TASK OBJECTIVE> Starting at the first line of the records below, transcribe each line exactly, ending with the line that contains "face PLANE(AX(P(0,0,0),D(0,0,1),D(1,0,0))) rev".

[Saved entries]
* * *

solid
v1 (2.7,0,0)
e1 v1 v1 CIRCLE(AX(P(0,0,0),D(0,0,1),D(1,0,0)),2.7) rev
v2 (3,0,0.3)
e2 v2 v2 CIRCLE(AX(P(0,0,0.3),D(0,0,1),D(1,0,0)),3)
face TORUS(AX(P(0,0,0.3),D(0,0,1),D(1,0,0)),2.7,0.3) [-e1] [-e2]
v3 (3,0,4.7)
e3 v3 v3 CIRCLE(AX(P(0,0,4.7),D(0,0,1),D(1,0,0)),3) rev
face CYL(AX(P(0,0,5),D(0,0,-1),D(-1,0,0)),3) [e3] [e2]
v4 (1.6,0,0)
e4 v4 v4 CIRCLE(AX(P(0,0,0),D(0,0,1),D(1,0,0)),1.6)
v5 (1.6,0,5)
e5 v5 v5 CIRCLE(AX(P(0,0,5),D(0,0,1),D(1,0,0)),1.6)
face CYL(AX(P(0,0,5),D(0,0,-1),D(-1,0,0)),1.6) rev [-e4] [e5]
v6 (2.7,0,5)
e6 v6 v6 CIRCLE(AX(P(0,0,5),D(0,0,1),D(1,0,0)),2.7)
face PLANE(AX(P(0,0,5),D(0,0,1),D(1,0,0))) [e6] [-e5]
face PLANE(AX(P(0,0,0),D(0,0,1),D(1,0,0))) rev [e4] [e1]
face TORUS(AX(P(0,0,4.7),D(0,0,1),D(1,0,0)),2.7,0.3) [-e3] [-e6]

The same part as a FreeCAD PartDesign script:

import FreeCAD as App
import Part
import Sketcher
Q = App.Units.Quantity


def edges_at(feature, points):
    """Names of the edges that pass closest to the given points."""
    edges = feature.Shape.Edges
    near = lambda p: min(range(len(edges)), key=lambda i: edges[i].distToShape(Part.Vertex(*p))[0])
    return sorted({f"Edge{near(p) + 1}" for p in points})

doc = App.newDocument("Part")
body = doc.addObject("PartDesign::Body", "Body")

# Sketch on XY plane
sketch1 = doc.addObject("Sketcher::SketchObject", "Sketch")
body.addObject(sketch1)
sketch1.AttachmentSupport = (doc.XY_Plane, [""])
sketch1.MapMode = "FlatFace"
sketch1.addGeometry([
    Part.Circle(App.Vector(0, 0, 0), App.Vector(0, 0, 1), 3),
    Part.Circle(App.Vector(0, 0, 0), App.Vector(0, 0, 1), 1.6),
], False)
sketch1.addConstraint([
    Sketcher.Constraint("Coincident", 0, 3, -1, 1),
    Sketcher.Constraint("Coincident", 1, 3, -1, 1),
    Sketcher.Constraint("Diameter", 0, Q("6 mm")),
    Sketcher.Constraint("Diameter", 1, Q("3.2 mm")),
])
pad1 = doc.addObject("PartDesign::Pad", "Pad")
body.addObject(pad1)
pad1.Profile = sketch1
pad1.Length = 5
doc.recompute()

fillet = doc.addObject("PartDesign::Fillet", "Fillet")
body.addObject(fillet)
fillet.Base = (pad1, edges_at(pad1, [(-3, 0, 0), (-3, 0, 5)]))
fillet.Radius = 0.3

doc.recompute()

* * *

WRITTEN REPLY>
solid
v1 (2.7,0,0)
e1 v1 v1 CIRCLE(AX(P(0,0,0),D(0,0,1),D(1,0,0)),2.7) rev
v2 (3,0,0.3)
e2 v2 v2 CIRCLE(AX(P(0,0,0.3),D(0,0,1),D(1,0,0)),3)
face TORUS(AX(P(0,0,0.3),D(0,0,1),D(1,0,0)),2.7,0.3) [-e1] [-e2]
v3 (3,0,4.7)
e3 v3 v3 CIRCLE(AX(P(0,0,4.7),D(0,0,1),D(1,0,0)),3) rev
face CYL(AX(P(0,0,5),D(0,0,-1),D(-1,0,0)),3) [e3] [e2]
v4 (1.6,0,0)
e4 v4 v4 CIRCLE(AX(P(0,0,0),D(0,0,1),D(1,0,0)),1.6)
v5 (1.6,0,5)
e5 v5 v5 CIRCLE(AX(P(0,0,5),D(0,0,1),D(1,0,0)),1.6)
face CYL(AX(P(0,0,5),D(0,0,-1),D(-1,0,0)),1.6) rev [-e4] [e5]
v6 (2.7,0,5)
e6 v6 v6 CIRCLE(AX(P(0,0,5),D(0,0,1),D(1,0,0)),2.7)
face PLANE(AX(P(0,0,5),D(0,0,1),D(1,0,0))) [e6] [-e5]
face PLANE(AX(P(0,0,0),D(0,0,1),D(1,0,0))) rev [e4] [e1]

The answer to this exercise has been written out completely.